Hey guys, was doin some math yesterday and my algebra went as follows...(battery + 12g shell)+ wire = cloud...lol...in theory.

Reactions: Like 2


----------



## Puff&Pass

And here it is...

Reactions: Like 5


----------



## Puff&Pass

And fires as follows...

Reactions: Like 1


----------



## Philip Dunkley

@Puff&Pass Please don't become another Newspaper Article, you know how wrong that can go right?
But still quite cool

Reactions: Agree 1


----------



## Puff&Pass

Philip Dunkley said:


> @Puff&Pass Please don't become another Newspaper Article, you know how wrong that can go right?
> But still quite cool [/QUOTE
> Have heard some bad stuff has happened to people...any guidelines on ohms? timed hits? Keeping it above 0.5ohm just for incase...been testing it for the whole day...sofar so good @ 0.70hm.


----------



## DoubleD

Very cool bru  I love these random mods, awesome conversation (brainstorming) starter

Reactions: Thanks 1


----------



## Puff&Pass

DoubleD said:


> Very cool bru  I love these random mods, awesome conversation (brainstorming) starter


Vaping in a sense is a lot like smoking pot, potheads see a potential bong in everything, with vaping it seems to trigger the same sensation...lookin at a lot of things the mind goes...MOD REGISTERED!!! hahaha

Reactions: Agree 4 | Can relate 1 | Disagree 1


----------



## free3dom

Puff&Pass said:


> Have heard some bad stuff has happened to people...any guidelines on ohms? timed hits? Keeping it above 0.5ohm just for incase...been testing it for the whole day...sofar so good @ 0.70hm.



First things first....check your battery. You need to make sure that the Amps you draw from it does not exceed the "continuous" amp rating. To do that head over here and fill in the values, then check the amps field to see what you are drawing.

Here are the ratings for some batteries available locally (not 100% accurate, but close enough):
Efest 2800mAh 35A Continuous (Brand new, and unproven, but the specs are right up there, and the price is right)
Sony VTC4 2100mAh ~30A Continuous (A tried and tested battery, pricey)
Samsung 25R 2500mAh ~20-25A Continuous (A great all around battery, good price)
Efest 2500mAh ~20A Continuous (It says 35A on the label, but that's pulse not continuous - still a great battery)
Efest 3100mAh ~10A Continuous (Again, it says 20A on the label - nice battery life if sticking to higher ohm builds)
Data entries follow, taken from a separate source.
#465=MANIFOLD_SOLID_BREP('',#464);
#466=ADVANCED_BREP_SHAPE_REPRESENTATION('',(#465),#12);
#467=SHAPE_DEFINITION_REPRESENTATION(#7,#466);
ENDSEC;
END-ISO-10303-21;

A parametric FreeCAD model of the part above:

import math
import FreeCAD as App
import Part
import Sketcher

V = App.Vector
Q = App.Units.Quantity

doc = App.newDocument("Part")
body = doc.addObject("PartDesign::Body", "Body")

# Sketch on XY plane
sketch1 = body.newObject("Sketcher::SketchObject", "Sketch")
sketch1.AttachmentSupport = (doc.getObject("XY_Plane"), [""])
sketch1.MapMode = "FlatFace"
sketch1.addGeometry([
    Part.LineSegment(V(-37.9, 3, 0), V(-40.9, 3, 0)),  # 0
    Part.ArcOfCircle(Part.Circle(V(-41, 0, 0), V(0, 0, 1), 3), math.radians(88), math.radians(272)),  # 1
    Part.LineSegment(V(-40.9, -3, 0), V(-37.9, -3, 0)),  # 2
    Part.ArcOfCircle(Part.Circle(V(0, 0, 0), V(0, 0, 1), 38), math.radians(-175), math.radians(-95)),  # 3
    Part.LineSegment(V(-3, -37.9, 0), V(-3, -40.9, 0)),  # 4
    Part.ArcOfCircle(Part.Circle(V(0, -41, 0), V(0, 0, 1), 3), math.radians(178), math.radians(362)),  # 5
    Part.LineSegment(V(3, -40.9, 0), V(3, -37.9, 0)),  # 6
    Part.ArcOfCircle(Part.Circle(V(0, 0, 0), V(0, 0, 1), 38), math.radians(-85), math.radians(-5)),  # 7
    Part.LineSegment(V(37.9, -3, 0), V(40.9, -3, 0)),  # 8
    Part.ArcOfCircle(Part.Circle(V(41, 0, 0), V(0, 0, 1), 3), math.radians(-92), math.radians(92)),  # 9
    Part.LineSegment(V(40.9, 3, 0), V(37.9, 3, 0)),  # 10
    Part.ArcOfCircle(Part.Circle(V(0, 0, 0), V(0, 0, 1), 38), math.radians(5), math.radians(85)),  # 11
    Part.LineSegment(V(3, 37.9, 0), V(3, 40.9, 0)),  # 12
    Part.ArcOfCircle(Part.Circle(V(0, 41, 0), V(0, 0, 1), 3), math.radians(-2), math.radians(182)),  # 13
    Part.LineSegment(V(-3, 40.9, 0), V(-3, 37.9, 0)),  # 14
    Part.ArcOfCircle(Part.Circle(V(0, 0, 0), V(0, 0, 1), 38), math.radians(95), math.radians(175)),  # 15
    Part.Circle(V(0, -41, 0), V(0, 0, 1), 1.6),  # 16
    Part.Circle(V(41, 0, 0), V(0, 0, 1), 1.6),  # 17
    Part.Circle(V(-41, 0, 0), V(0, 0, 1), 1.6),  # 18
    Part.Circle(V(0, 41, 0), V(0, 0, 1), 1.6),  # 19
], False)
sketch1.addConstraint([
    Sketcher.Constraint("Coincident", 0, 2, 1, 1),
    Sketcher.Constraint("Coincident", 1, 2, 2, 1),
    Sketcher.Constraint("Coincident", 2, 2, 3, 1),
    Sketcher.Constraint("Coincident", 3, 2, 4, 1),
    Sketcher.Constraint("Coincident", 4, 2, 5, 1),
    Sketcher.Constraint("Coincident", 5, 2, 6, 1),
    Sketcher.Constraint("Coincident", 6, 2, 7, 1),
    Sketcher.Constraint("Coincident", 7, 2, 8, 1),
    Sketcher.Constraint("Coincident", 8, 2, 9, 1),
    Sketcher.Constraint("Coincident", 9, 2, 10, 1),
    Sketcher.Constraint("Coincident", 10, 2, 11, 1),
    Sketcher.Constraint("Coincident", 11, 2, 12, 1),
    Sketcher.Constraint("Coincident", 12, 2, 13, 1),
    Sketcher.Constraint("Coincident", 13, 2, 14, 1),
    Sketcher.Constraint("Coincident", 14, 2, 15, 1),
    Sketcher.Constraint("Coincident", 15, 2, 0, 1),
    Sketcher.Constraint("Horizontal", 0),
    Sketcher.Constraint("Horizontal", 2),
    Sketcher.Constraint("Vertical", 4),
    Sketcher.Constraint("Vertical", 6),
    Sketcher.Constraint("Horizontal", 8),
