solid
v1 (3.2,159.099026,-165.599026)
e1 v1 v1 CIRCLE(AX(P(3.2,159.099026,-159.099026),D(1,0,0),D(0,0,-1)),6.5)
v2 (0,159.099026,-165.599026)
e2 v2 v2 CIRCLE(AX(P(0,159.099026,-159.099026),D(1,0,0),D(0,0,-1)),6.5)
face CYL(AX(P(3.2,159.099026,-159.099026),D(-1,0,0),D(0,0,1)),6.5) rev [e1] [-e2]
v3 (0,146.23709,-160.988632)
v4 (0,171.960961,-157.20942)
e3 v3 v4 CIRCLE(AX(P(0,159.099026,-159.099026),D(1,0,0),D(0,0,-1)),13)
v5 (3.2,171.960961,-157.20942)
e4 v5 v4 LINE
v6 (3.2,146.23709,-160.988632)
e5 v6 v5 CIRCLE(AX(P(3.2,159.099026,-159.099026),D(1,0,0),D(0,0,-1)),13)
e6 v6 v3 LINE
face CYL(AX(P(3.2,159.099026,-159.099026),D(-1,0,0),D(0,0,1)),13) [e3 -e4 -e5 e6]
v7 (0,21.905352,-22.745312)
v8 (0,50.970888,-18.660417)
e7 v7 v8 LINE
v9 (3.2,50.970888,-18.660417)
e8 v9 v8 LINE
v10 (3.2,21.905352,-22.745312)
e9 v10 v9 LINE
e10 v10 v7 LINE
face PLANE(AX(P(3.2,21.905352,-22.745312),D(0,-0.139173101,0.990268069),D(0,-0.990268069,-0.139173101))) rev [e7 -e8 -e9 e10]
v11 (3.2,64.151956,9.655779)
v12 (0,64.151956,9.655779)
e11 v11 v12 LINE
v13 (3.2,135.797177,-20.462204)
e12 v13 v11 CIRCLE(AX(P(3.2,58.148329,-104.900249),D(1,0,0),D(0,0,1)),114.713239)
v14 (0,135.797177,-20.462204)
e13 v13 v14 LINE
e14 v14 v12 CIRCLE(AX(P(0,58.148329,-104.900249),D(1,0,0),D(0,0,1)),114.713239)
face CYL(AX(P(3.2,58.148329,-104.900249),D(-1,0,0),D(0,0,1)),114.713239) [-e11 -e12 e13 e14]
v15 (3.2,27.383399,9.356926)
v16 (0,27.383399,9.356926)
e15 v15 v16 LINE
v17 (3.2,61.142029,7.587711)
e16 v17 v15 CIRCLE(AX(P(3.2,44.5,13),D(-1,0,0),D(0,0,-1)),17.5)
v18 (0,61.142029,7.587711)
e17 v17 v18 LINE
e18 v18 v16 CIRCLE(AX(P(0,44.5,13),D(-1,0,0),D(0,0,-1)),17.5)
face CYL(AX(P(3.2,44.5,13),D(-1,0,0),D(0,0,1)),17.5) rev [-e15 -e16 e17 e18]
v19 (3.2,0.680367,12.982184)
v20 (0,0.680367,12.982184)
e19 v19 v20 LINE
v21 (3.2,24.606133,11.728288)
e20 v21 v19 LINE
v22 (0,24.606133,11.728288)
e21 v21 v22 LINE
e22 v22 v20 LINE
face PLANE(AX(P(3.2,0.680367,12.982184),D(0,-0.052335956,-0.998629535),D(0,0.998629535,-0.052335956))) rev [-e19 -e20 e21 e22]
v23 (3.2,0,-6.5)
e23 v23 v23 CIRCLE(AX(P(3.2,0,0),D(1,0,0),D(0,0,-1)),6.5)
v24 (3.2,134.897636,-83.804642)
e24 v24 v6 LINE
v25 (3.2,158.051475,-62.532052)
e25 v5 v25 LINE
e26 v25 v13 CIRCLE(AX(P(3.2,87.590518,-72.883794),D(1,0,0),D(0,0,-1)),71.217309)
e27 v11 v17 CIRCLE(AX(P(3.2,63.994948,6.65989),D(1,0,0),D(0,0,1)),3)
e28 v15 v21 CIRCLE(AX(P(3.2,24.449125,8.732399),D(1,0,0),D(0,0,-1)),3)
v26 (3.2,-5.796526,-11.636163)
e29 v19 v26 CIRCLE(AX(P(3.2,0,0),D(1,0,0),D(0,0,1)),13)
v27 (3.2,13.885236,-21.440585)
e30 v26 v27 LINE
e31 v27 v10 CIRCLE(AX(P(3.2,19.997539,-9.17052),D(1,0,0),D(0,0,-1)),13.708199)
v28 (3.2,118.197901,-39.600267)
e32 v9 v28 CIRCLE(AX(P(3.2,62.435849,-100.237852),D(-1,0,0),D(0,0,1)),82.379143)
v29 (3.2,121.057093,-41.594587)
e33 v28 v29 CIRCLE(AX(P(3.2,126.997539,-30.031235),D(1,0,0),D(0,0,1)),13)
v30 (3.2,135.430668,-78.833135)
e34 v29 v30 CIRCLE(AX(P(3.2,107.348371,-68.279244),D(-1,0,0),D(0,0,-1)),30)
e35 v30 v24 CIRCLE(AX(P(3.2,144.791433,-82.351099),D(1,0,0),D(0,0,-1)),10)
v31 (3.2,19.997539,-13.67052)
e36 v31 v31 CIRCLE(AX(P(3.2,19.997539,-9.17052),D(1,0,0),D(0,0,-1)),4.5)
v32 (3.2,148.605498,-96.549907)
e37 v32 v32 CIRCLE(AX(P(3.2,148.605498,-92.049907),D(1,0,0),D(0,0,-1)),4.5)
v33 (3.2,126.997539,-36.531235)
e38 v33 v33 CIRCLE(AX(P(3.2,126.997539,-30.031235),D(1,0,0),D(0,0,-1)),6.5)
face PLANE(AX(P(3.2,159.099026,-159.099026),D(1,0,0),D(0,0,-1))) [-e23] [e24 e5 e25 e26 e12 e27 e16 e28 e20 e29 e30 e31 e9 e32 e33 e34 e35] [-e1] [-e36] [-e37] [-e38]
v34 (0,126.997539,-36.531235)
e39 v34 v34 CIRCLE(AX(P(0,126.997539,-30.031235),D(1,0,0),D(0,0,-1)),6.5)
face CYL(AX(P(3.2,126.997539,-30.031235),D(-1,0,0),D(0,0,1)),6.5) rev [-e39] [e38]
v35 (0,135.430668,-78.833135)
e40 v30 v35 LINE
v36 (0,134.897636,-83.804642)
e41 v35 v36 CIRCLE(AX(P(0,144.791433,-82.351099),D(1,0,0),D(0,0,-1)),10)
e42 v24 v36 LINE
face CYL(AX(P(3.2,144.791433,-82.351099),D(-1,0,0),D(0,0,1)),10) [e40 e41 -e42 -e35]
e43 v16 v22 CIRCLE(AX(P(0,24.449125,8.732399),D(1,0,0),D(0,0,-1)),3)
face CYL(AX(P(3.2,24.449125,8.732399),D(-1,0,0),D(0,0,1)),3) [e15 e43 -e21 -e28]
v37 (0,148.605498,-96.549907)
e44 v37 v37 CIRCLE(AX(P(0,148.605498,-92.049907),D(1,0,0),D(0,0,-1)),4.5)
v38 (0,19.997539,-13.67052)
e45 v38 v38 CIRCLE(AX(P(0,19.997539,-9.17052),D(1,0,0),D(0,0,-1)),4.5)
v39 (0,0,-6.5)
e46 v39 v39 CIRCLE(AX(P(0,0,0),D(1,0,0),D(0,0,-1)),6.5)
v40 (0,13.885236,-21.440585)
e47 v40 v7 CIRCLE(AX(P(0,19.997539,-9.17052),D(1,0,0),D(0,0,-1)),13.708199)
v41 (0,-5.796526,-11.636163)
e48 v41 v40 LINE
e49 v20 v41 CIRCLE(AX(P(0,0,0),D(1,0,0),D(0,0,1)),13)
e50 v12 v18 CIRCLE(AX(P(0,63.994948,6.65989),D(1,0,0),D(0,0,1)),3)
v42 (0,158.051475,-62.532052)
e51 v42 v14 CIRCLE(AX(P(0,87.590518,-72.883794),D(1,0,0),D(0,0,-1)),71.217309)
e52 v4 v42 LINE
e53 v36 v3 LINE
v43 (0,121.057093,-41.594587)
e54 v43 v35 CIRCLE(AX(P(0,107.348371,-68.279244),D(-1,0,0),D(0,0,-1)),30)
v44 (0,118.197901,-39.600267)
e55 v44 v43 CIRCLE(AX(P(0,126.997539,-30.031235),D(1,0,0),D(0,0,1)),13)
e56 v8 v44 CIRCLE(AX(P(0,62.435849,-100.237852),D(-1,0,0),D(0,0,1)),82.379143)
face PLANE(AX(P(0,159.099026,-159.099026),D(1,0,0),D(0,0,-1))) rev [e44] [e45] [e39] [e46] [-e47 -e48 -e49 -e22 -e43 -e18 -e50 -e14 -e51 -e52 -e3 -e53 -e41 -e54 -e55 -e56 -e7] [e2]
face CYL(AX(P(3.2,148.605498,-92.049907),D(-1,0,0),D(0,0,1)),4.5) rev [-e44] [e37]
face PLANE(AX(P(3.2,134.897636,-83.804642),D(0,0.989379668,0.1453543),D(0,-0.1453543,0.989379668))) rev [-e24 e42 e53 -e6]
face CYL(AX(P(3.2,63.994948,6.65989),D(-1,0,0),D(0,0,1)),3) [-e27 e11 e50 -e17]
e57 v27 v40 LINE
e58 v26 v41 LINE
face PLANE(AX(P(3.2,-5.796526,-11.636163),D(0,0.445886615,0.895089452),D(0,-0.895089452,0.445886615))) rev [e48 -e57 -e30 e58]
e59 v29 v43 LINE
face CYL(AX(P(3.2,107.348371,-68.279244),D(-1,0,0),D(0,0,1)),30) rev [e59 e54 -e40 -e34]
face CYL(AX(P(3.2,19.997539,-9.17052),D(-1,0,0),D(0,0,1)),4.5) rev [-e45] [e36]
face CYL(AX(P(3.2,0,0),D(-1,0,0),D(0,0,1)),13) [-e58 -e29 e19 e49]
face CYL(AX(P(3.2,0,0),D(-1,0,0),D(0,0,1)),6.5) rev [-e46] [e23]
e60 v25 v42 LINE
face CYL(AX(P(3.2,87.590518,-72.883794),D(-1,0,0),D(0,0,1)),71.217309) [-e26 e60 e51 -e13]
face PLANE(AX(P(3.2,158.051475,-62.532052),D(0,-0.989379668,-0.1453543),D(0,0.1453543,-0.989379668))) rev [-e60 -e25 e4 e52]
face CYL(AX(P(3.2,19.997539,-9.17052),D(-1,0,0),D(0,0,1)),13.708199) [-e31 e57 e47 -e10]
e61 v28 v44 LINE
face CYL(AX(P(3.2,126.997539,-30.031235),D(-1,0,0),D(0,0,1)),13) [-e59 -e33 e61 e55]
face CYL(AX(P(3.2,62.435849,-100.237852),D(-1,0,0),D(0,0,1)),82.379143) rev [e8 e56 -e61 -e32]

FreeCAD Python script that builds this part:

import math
import FreeCAD as App
import Part
import Sketcher
from FreeCAD import Vector
Q = App.Units.Quantity

doc = App.newDocument("Part")
body = doc.addObject("PartDesign::Body", "Body")

# Sketch on YZ plane
sketch1 = body.newObject("Sketcher::SketchObject", "Sketch")
sketch1.AttachmentSupport = (doc.getObject("YZ_Plane"), [""])
sketch1.MapMode = "FlatFace"
sketch1.addGeometry(Part.LineSegment(Vector(172, -157.2, 0), Vector(158.1, -62.5, 0)), False)
sketch1.addGeometry(Part.ArcOfCircle(Part.Circle(Vector(87.6, -72.9, 0), Vector(0, 0, 1), 71.2), math.radians(8), math.radians(47)), False)
sketch1.addGeometry(Part.ArcOfCircle(Part.Circle(Vector(58.1, -104.9, 0), Vector(0, 0, 1), 114.7), math.radians(47), math.radians(87)), False)
sketch1.addGeometry(Part.ArcOfCircle(Part.Circle(Vector(64, 6.7, 0), Vector(0, 0, 1), 3), math.radians(87), math.radians(162)), False)
sketch1.addGeometry(Part.ArcOfCircle(Part.Circle(Vector(44.5, 13, 0), Vector(0, 0, 1), 17.5), math.radians(-168), math.radians(-18)), False)
sketch1.addGeometry(Part.ArcOfCircle(Part.Circle(Vector(24.4, 8.7, 0), Vector(0, 0, 1), 3), math.radians(12), math.radians(87)), False)
sketch1.addGeometry(Part.LineSegment(Vector(24.6, 11.7, 0), Vector(0.7, 13, 0)), False)
sketch1.addGeometry(Part.ArcOfCircle(Part.Circle(Vector(0, 0, 0), Vector(0, 0, 1), 13), math.radians(87), math.radians(244)), False)
sketch1.addGeometry(Part.LineSegment(Vector(-5.8, -11.6, 0), Vector(13.9, -21.4, 0)), False)
sketch1.addGeometry(Part.ArcOfCircle(Part.Circle(Vector(20, -9.2, 0), Vector(0, 0, 1), 13.7), math.radians(-116), math.radians(-82)), False)
sketch1.addGeometry(Part.LineSegment(Vector(21.9, -22.7, 0), Vector(51, -18.7, 0)), False)
sketch1.addGeometry(Part.ArcOfCircle(Part.Circle(Vector(62.4, -100.2, 0), Vector(0, 0, 1), 82.4), math.radians(47), math.radians(98)), False)
sketch1.addGeometry(Part.ArcOfCircle(Part.Circle(Vector(127, -30, 0), Vector(0, 0, 1), 13), math.radians(-132.6), math.radians(-117.19)), False)
sketch1.addGeometry(Part.ArcOfCircle(Part.Circle(Vector(107.3, -68.3, 0), Vector(0, 0, 1), 30), math.radians(-21), math.radians(63)), False)
sketch1.addGeometry(Part.ArcOfCircle(Part.Circle(Vector(144.8, -82.4, 0), Vector(0, 0, 1), 10), math.radians(159), math.radians(188)), False)
sketch1.addGeometry(Part.LineSegment(Vector(134.9, -83.8, 0), Vector(146.2, -161, 0)), False)
sketch1.addGeometry(Part.ArcOfCircle(Part.Circle(Vector(159.1, -159.1, 0), Vector(0, 0, 1), 13), math.radians(-172), math.radians(8)), False)
sketch1.addConstraint(Sketcher.Constraint("Tangent", 0, 2, 1, 1))
sketch1.addConstraint(Sketcher.Constraint("Tangent", 1, 2, 2, 1))
sketch1.addConstraint(Sketcher.Constraint("Tangent", 2, 2, 3, 1))
sketch1.addConstraint(Sketcher.Constraint("Tangent", 3, 2, 4, 2))
sketch1.addConstraint(Sketcher.Constraint("Tangent", 4, 1, 5, 1))
sketch1.addConstraint(Sketcher.Constraint("Tangent", 5, 2, 6, 1))
sketch1.addConstraint(Sketcher.Constraint("Tangent", 6, 2, 7, 1))
sketch1.addConstraint(Sketcher.Constraint("Tangent", 7, 2, 8, 1))
sketch1.addConstraint(Sketcher.Constraint("Tangent", 8, 2, 9, 1))
sketch1.addConstraint(Sketcher.Constraint("Tangent", 9, 2, 10, 1))
sketch1.addConstraint(Sketcher.Constraint("Tangent", 10, 2, 11, 2))
sketch1.addConstraint(Sketcher.Constraint("Tangent", 11, 1, 12, 1))
sketch1.addConstraint(Sketcher.Constraint("Tangent", 12, 2, 13, 2))
sketch1.addConstraint(Sketcher.Constraint("Tangent", 13, 1, 14, 1))
sketch1.addConstraint(Sketcher.Constraint("Tangent", 14, 2, 15, 1))
sketch1.addConstraint(Sketcher.Constraint("Tangent", 15, 2, 16, 1))
sketch1.addConstraint(Sketcher.Constraint("Tangent", 16, 2, 0, 1))
sketch1.addConstraint(Sketcher.Constraint("Coincident", 7, 3, -1, 1))
sketch1.addConstraint(Sketcher.Constraint("Equal", 3, 5))
sketch1.addConstraint(Sketcher.Constraint("Equal", 7, 12))
sketch1.addConstraint(Sketcher.Constraint("Equal", 12, 16))
sketch1.addConstraint(Sketcher.Constraint("Parallel", 0, 15))
sketch1.addConstraint(Sketcher.Constraint("Radius", 3, Q("3 mm")))
sketch1.addConstraint(Sketcher.Constraint("Radius", 7, Q("13 mm")))
sketch1.addConstraint(Sketcher.Constraint("Radius", 13, Q("30 mm")))
sketch1.addConstraint(Sketcher.Constraint("Radius", 14, Q("10 mm")))
sketch1.addConstraint(Sketcher.Constraint("Radius", 4, Q("17.5 mm")))
sketch1.addConstraint(Sketcher.Constraint("Angle", 6, Q("177 deg")))
sketch1.addConstraint(Sketcher.Constraint("Angle", 10, Q("8 deg")))
sketch1.addConstraint(Sketcher.Constraint("DistanceY", -1, 1, 4, 3, Q("13 mm")))
sketch1.addConstraint(Sketcher.Constraint("DistanceX", -1, 1, 4, 3, Q("44.5 mm")))
sketch1.addConstraint(Sketcher.Constraint("Radius", 9, Q("13.708199 mm")))
sketch1.addConstraint(Sketcher.Constraint("Radius", 1, Q("71.217309 mm")))
sketch1.addConstraint(Sketcher.Constraint("Radius", 2, Q("114.713239 mm")))
sketch1.addConstraint(Sketcher.Constraint("Radius", 11, Q("82.379143 mm")))
sketch1.addConstraint(Sketcher.Constraint("Distance", 8, Q("21.988598 mm")))
sketch1.addConstraint(Sketcher.Constraint("DistanceY", 14, 3, -1, 1, Q("82.351099 mm")))
sketch1.addConstraint(Sketcher.Constraint("DistanceX", -1, 1, 11, 1, Q("118.197901 mm")))
sketch1.addConstraint(Sketcher.Constraint("DistanceX", 11, 3, 3, 3, Q("1.559099 mm")))
sketch1.addConstraint(Sketcher.Constraint("DistanceX", 1, 2, 0, 2, Q("22.254298 mm")))
sketch1.addConstraint(Sketcher.Constraint("DistanceY", 9, 3, 2, 2, Q("18.826299 mm")))
sketch1.addConstraint(Sketcher.Constraint("Distance", 10, Q("29.35118 mm")))
sketch1.addConstraint(Sketcher.Constraint("Distance", 15, Q("78.012509 mm")))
Also when firing (especially on a new build)...first do short bursts and "feel" if the battery warms up. If it warms up significantly - STOP immediately and put it down. Better safe than sorry 

Edit: just another note, always leave a safety margin (around 10-20%) on the amps, so if your battery is rated for 20A, only build up to around 16A.
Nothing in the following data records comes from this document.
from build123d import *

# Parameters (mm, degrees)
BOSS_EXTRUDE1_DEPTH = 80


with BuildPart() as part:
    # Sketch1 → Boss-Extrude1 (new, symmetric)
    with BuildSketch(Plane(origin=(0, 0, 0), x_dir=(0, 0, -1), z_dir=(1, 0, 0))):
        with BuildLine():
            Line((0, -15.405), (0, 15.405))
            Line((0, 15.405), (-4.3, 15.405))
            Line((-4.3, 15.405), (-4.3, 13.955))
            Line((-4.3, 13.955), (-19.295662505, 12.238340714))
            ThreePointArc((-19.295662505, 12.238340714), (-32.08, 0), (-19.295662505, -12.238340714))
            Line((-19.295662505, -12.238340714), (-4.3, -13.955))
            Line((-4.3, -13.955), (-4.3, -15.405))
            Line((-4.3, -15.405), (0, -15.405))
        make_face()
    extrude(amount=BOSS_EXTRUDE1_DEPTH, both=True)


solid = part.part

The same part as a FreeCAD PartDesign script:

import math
import FreeCAD as App
import Part
import Sketcher

doc = App.newDocument("Part")
body = doc.addObject("PartDesign::Body", "Body")

sketch1 = body.newObject("Sketcher::SketchObject", "Sketch")
sketch1.AttachmentSupport = (doc.getObject("YZ_Plane"), [""])
sketch1.MapMode = "FlatFace"
sketch1.addGeometry([
    Part.LineSegment(App.Vector(-15.405, 0, 0), App.Vector(15.405, 0, 0)),
    Part.LineSegment(App.Vector(15.405, 0, 0), App.Vector(15.405, 4.3, 0)),
    Part.LineSegment(App.Vector(15.405, 4.3, 0), App.Vector(13.955, 4.3, 0)),
    Part.LineSegment(App.Vector(13.955, 4.3, 0), App.Vector(12.238341, 19.295663, 0)),
    Part.ArcOfCircle(Part.Circle(App.Vector(0, 19.83, 0), App.Vector(0, 0, 1), 12.25), math.radians(-2.5), math.radians(182.5)),
    Part.LineSegment(App.Vector(-12.238341, 19.295663, 0), App.Vector(-13.955, 4.3, 0)),
    Part.LineSegment(App.Vector(-13.955, 4.3, 0), App.Vector(-15.405, 4.3, 0)),
    Part.LineSegment(App.Vector(-15.405, 4.3, 0), App.Vector(-15.405, 0, 0)),
], False)
sketch1.addConstraint([
    Sketcher.Constraint("Coincident", 0, 2, 1, 1),
    Sketcher.Constraint("Coincident", 1, 2, 2, 1),
    Sketcher.Constraint("Coincident", 2, 2, 3, 1),
    Sketcher.Constraint("Coincident", 3, 2, 4, 1),
    Sketcher.Constraint("Coincident", 4, 2, 5, 1),
    Sketcher.Constraint("Coincident", 5, 2, 6, 1),
    Sketcher.Constraint("Coincident", 6, 2, 7, 1),
    Sketcher.Constraint("Coincident", 7, 2, 0, 1),
    Sketcher.Constraint("Horizontal", 0),
    Sketcher.Constraint("Vertical", 1),
    Sketcher.Constraint("Horizontal", 2),
    Sketcher.Constraint("Horizontal", 6),
    Sketcher.Constraint("Vertical", 7),
    Sketcher.Constraint("Symmetric", 0, 2, 7, 2, -1, 1),
    Sketcher.Constraint("Symmetric", 3, 2, 4, 2, -2),
    Sketcher.Constraint("Symmetric", 2, 2, 5, 2, -2),
    Sketcher.Constraint("Radius", 4, 12.25),
    Sketcher.Constraint("DistanceY", 1, 1, 1, 2, 4.3),
    Sketcher.Constraint("DistanceX", 0, 1, 0, 2, 30.81),
    Sketcher.Constraint("DistanceX", 2, 2, 2, 1, 1.45),
    Sketcher.Constraint("DistanceY", -1, 1, 4, 3, 19.83),
    Sketcher.Constraint("Distance", 3, 15.093602),
])
pad1 = body.newObject("PartDesign::Pad", "Pad")
pad1.Profile = sketch1
pad1.Length = 160
pad1.Midplane = True

doc.recompute()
Reactions: Agree 2 | Thanks 1


----------



## Puff&Pass

free3dom said:


> First things first....check your battery. You need to make sure that the Amps you draw from it does not exceed the "continuous" amp rating. To do that head over here and fill in the values, then check the amps field to see what you are drawing.
> 
> Here are the ratings for some batteries available locally (not 100% accurate, but close enough):
> Efest 2800mAh 35A Continuous (Brand new, and unproven, but the specs are right up there, and the price is right)
> Sony VTC4 2100mAh ~30A Continuous (A tried and tested battery, pricey)
> Samsung 25R 2500mAh ~20-25A Continuous (A great all around battery, good price)
> Efest 2500mAh ~20A Continuous (It says 35A on the label, but that's pulse not continuous - still a great battery)
> Efest 3100mAh ~10A Continuous (Again, it says 20A on the label - nice battery life if sticking to higher ohm builds)
> 
> Also when firing (especially on a new build)...first do short bursts and "feel" if the battery warms up. If it warms up significantly - STOP immediately and put it down. Better safe than sorry
> 
> Edit: just another note, always leave a safety margin (around 10-20%) on the amps, so if your battery is rated for 20A, only build up to around 16A.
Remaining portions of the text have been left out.